Originally a trading business, Glencore is unique amongst the big three mining giants. Big competitor­s such as BHP Billiton and Rio Tinto don’t hedge future coal production because their investors actively want exposure to commoditie­s prices. Glencore, by contrast, took out a hedge earlier this year against 55 million tonnes of future coal production, which has soured because the price of coal has increased. Newcastle thermal coal futures have gained 38 per cent to $65 per tonne since the beginning of April. The resulting hit helped push Glencore to a first-half net loss.

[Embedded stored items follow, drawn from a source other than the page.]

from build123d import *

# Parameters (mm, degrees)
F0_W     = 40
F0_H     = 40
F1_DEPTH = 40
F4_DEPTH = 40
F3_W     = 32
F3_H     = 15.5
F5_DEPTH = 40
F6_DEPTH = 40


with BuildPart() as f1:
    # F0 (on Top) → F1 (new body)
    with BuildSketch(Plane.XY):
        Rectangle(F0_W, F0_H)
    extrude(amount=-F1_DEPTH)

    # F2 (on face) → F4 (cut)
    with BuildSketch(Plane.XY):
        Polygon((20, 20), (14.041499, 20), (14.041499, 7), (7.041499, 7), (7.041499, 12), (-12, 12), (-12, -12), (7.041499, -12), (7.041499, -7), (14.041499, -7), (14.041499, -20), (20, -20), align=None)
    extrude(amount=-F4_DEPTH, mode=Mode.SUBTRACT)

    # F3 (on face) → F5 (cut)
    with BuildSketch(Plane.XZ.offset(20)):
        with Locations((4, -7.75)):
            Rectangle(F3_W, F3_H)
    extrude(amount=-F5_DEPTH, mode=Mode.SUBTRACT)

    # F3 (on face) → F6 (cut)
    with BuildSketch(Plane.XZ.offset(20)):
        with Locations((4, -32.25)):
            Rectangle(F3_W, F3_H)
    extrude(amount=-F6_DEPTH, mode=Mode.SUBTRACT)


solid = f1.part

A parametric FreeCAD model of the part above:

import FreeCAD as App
import Part
import Sketcher


def add_polygon(sketch, points):
    """Adds a closed chain of lines whose ends are joined by coincident constraints."""
    first, n = sketch.GeometryCount, len(points)
    for a, b in zip(points, points[1:] + points[:1]):
        sketch.addGeometry(Part.LineSegment(App.Vector(*a, 0), App.Vector(*b, 0)), False)
    for i in range(n):
        sketch.addConstraint(Sketcher.Constraint("Coincident", first + i, 2, first + (i + 1) % n, 1))

doc = App.newDocument("Part")
body = doc.addObject("PartDesign::Body", "Body")

# Sketch on XY plane
sketch1 = body.newObject("Sketcher::SketchObject", "Sketch")
sketch1.AttachmentSupport = (doc.getObject("XY_Plane"), [""])
sketch1.MapMode = "FlatFace"
add_polygon(sketch1, [(-20, 20), (-20, -20), (20, -20), (20, 20)])  # lines 0-3
sketch1.addConstraint(Sketcher.Constraint("Vertical", 0))
sketch1.addConstraint(Sketcher.Constraint("Horizontal", 1))
sketch1.addConstraint(Sketcher.Constraint("Vertical", 2))
sketch1.addConstraint(Sketcher.Constraint("Horizontal", 3))
sketch1.addConstraint(Sketcher.Constraint("Symmetric", 0, 2, 2, 2, -1, 1))
sketch1.addConstraint(Sketcher.Constraint("Equal", 3, 0))
sketch1.addConstraint(Sketcher.Constraint("DistanceX", 1, 1, 1, 2, 40.0))
pad1 = body.newObject("PartDesign::Pad", "Pad")
pad1.Profile = sketch1
pad1.Length = 40
pad1.Reversed = True

# Sketch on XY plane
sketch2 = body.newObject("Sketcher::SketchObject", "Sketch001")
sketch2.AttachmentSupport = (doc.getObject("XY_Plane"), [""])
sketch2.MapMode = "FlatFace"
add_polygon(sketch2, [(20, 20), (14, 20), (14, 7), (7, 7), (7, 12), (-12, 12), (-12, -12), (7, -12), (7, -7), (14, -7), (14, -20), (20, -20)])  # lines 0-11
sketch2.addConstraint(Sketcher.Constraint("Horizontal", 0))
sketch2.addConstraint(Sketcher.Constraint("Vertical", 1))
sketch2.addConstraint(Sketcher.Constraint("Horizontal", 2))
sketch2.addConstraint(Sketcher.Constraint("Vertical", 3))
sketch2.addConstraint(Sketcher.Constraint("Horizontal", 4))
sketch2.addConstraint(Sketcher.Constraint("Vertical", 5))
sketch2.addConstraint(Sketcher.Constraint("Horizontal", 6))
sketch2.addConstraint(Sketcher.Constraint("Vertical", 7))
sketch2.addConstraint(Sketcher.Constraint("Horizontal", 8))
sketch2.addConstraint(Sketcher.Constraint("Vertical", 9))
sketch2.addConstraint(Sketcher.Constraint("Horizontal", 10))
sketch2.addConstraint(Sketcher.Constraint("Vertical", 11))
sketch2.addConstraint(Sketcher.Constraint("Symmetric", 3, 2, 6, 2, -1))
sketch2.addConstraint(Sketcher.Constraint("Symmetric", 1, 2, 8, 2, -1))
sketch2.addConstraint(Sketcher.Constraint("Equal", 1, 9))
sketch2.addConstraint(Sketcher.Constraint("DistanceX", 2, 2, 2, 1, 7.0))
sketch2.addConstraint(Sketcher.Constraint("DistanceY", 1, 2, 1, 1, 13.0))
sketch2.addConstraint(Sketcher.Constraint("DistanceY", 3, 1, 3, 2, 5.0))
sketch2.addConstraint(Sketcher.Constraint("DistanceY", 5, 2, 5, 1, 24.0))
sketch2.addConstraint(Sketcher.Constraint("DistanceX", 4, 2, -1, 1, 12.0))
sketch2.addConstraint(Sketcher.Constraint("DistanceX", -1, 1, 10, 2, 20.0))
sketch2.addConstraint(Sketcher.Constraint("DistanceX", 0, 2, 0, 1, 5.958501))
pocket1 = body.newObject("PartDesign::Pocket", "Pocket")
pocket1.Profile = sketch2
pocket1.Length = 40

# Sketch on XZ plane
sketch3 = body.newObject("Sketcher::SketchObject", "Sketch002")
sketch3.AttachmentSupport = (doc.getObject("XZ_Plane"), [""])
sketch3.MapMode = "FlatFace"
sketch3.AttachmentOffset = App.Placement(App.Vector(0, 0, 20), App.Rotation())
add_polygon(sketch3, [(-12, 0), (-12, -16), (20, -16), (20, 0)])  # lines 0-3
sketch3.addConstraint(Sketcher.Constraint("Vertical", 0))
sketch3.addConstraint(Sketcher.Constraint("Horizontal", 1))
sketch3.addConstraint(Sketcher.Constraint("Vertical", 2))
sketch3.addConstraint(Sketcher.Constraint("Horizontal", 3))
sketch3.addConstraint(Sketcher.Constraint("PointOnObject", 2, 2, -1))
sketch3.addConstraint(Sketcher.Constraint("DistanceX", 1, 1, 1, 2, 32.0))
sketch3.addConstraint(Sketcher.Constraint("DistanceY", 0, 2, 0, 1, 15.5))
sketch3.addConstraint(Sketcher.Constraint("DistanceX", 0, 2, -1, 1, 12.0))
pocket2 = body.newObject("PartDesign::Pocket", "Pocket001")
pocket2.Profile = sketch3
pocket2.Length = 40

# Sketch on XZ plane
sketch4 = body.newObject("Sketcher::SketchObject", "Sketch003")
sketch4.AttachmentSupport = (doc.getObject("XZ_Plane"), [""])
sketch4.MapMode = "FlatFace"
sketch4.AttachmentOffset = App.Placement(App.Vector(0, 0, 20), App.Rotation())
add_polygon(sketch4, [(-12, -24), (-12, -40), (20, -40), (20, -24)])  # lines 0-3
sketch4.addConstraint(Sketcher.Constraint("Vertical", 0))
sketch4.addConstraint(Sketcher.Constraint("Horizontal", 1))
sketch4.addConstraint(Sketcher.Constraint("Vertical", 2))
sketch4.addConstraint(Sketcher.Constraint("Horizontal", 3))
sketch4.addConstraint(Sketcher.Constraint("DistanceX", 1, 1, 1, 2, 32.0))
sketch4.addConstraint(Sketcher.Constraint("DistanceY", 0, 2, 0, 1, 15.5))
sketch4.addConstraint(Sketcher.Constraint("DistanceX", 0, 2, -1, 1, 12.0))
sketch4.addConstraint(Sketcher.Constraint("DistanceY", 0, 2, -1, 1, 40.0))
pocket3 = body.newObject("PartDesign::Pocket", "Pocket002")
pocket3.Profile = sketch4
pocket3.Length = 40

doc.recompute()
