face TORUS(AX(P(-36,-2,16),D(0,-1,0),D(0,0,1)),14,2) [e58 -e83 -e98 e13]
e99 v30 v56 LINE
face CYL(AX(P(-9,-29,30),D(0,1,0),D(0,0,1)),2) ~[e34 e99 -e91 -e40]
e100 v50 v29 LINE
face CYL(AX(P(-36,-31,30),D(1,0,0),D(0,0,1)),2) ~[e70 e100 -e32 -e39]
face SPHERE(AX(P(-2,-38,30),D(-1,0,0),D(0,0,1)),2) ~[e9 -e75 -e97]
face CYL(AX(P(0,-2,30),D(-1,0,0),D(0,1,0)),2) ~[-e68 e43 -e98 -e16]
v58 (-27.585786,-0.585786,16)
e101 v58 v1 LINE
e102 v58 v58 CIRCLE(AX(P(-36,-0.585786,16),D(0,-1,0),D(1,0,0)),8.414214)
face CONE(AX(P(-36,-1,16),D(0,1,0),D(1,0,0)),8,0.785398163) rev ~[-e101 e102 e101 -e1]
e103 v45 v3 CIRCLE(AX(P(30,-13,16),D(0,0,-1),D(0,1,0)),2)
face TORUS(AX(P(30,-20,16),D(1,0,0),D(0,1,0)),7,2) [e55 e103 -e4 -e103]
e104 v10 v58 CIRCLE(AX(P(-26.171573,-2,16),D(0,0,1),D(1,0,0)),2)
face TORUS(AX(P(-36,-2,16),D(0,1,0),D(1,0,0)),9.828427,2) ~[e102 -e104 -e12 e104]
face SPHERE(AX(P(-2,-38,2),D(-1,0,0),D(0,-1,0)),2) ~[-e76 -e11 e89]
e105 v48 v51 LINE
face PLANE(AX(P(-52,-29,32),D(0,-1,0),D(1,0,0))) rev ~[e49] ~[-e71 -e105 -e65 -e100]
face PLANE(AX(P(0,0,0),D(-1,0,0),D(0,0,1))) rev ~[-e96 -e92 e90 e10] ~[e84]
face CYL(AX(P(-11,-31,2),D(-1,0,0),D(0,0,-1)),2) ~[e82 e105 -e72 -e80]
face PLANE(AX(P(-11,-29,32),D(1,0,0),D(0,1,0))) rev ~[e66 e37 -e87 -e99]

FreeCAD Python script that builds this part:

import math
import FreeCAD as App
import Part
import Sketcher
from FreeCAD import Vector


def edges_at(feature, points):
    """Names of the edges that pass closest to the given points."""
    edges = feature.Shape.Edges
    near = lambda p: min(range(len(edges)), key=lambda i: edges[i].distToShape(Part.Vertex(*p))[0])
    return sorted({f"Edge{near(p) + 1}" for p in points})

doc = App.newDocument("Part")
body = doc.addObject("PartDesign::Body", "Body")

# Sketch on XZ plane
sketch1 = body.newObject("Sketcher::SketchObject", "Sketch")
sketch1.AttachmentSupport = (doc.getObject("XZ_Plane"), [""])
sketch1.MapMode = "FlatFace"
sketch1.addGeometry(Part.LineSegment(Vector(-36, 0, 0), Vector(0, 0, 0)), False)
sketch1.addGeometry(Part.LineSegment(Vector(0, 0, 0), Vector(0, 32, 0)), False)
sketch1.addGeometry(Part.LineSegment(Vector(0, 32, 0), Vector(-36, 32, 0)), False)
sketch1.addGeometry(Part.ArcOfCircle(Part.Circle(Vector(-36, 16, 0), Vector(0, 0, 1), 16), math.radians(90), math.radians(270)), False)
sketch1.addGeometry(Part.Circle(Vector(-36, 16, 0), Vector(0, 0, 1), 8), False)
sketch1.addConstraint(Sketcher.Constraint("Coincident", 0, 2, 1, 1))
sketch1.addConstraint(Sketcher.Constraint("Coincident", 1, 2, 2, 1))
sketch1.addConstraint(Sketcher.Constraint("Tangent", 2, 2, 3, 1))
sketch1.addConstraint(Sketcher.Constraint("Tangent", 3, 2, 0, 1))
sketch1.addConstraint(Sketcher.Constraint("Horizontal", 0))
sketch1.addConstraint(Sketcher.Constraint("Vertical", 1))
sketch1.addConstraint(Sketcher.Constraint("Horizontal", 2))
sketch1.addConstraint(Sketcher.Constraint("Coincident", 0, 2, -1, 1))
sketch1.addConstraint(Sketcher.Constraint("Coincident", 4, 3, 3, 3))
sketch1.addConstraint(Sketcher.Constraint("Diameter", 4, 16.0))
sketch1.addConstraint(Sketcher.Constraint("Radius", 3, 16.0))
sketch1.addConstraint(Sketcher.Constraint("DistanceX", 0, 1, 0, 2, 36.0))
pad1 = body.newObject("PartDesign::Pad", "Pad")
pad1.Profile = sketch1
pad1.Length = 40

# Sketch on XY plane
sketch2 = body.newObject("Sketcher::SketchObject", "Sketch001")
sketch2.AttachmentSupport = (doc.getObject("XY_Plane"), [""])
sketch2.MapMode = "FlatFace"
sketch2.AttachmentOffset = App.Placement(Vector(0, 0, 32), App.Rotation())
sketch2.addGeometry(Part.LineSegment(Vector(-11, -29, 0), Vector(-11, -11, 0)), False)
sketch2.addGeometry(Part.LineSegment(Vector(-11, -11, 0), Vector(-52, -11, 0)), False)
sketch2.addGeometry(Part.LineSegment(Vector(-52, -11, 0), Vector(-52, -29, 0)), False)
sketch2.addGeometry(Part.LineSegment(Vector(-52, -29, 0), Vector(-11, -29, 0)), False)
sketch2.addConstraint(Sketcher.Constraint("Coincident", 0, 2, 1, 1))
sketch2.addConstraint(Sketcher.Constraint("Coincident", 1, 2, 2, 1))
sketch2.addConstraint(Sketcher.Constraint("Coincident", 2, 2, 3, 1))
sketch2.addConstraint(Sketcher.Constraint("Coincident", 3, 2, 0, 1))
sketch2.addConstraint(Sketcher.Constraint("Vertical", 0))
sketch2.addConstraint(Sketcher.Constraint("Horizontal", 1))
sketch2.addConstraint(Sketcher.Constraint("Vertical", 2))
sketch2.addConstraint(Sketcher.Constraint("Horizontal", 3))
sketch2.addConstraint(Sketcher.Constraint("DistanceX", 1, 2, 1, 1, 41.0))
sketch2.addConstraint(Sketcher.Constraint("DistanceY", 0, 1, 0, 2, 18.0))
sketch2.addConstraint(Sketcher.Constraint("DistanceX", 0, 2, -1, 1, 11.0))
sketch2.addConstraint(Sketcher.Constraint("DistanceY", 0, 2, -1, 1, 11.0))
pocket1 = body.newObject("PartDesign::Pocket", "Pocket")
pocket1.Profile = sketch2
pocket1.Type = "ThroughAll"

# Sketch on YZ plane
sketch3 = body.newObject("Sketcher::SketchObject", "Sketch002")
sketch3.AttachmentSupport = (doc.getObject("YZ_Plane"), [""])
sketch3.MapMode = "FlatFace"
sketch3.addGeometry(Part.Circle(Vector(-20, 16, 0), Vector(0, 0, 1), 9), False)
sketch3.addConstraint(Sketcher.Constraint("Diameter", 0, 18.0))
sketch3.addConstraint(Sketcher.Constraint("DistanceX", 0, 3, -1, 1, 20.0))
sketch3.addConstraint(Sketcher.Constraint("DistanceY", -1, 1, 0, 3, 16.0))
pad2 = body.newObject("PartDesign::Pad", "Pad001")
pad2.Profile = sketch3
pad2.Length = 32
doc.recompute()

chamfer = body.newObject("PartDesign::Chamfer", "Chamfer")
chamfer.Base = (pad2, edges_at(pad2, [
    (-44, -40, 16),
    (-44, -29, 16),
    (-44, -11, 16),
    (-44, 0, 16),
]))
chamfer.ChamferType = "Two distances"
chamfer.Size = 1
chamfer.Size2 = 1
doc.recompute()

Fortunatel­y, that’s a paper loss rather than a cash cost, so the bigger story for Glencore, reducing its borrowings, is still on track. Since it was forced on September 7 into a painful $10.2 billion plan to reduce its debt, the shares have risen, more than doubling in 2016 so far. Costs have been cut, and assets sold. That prudence, which included roughly halving its capital expenditur­e in the first six months, has mostly paid off and Glasenberg feels confident he can get debt down to between $16.5 billion and $17.5 billion by the end of the year.

Being stable, and less indebted, is a good thing but comes at the cost of slower growth. Expansiona­ry capital expenditur­e has shrunk by around two-thirds in the past year. It can’t be much fun for an aggressive trader like Glasenberg to rein in his animal spirits, but that’s what investors demand.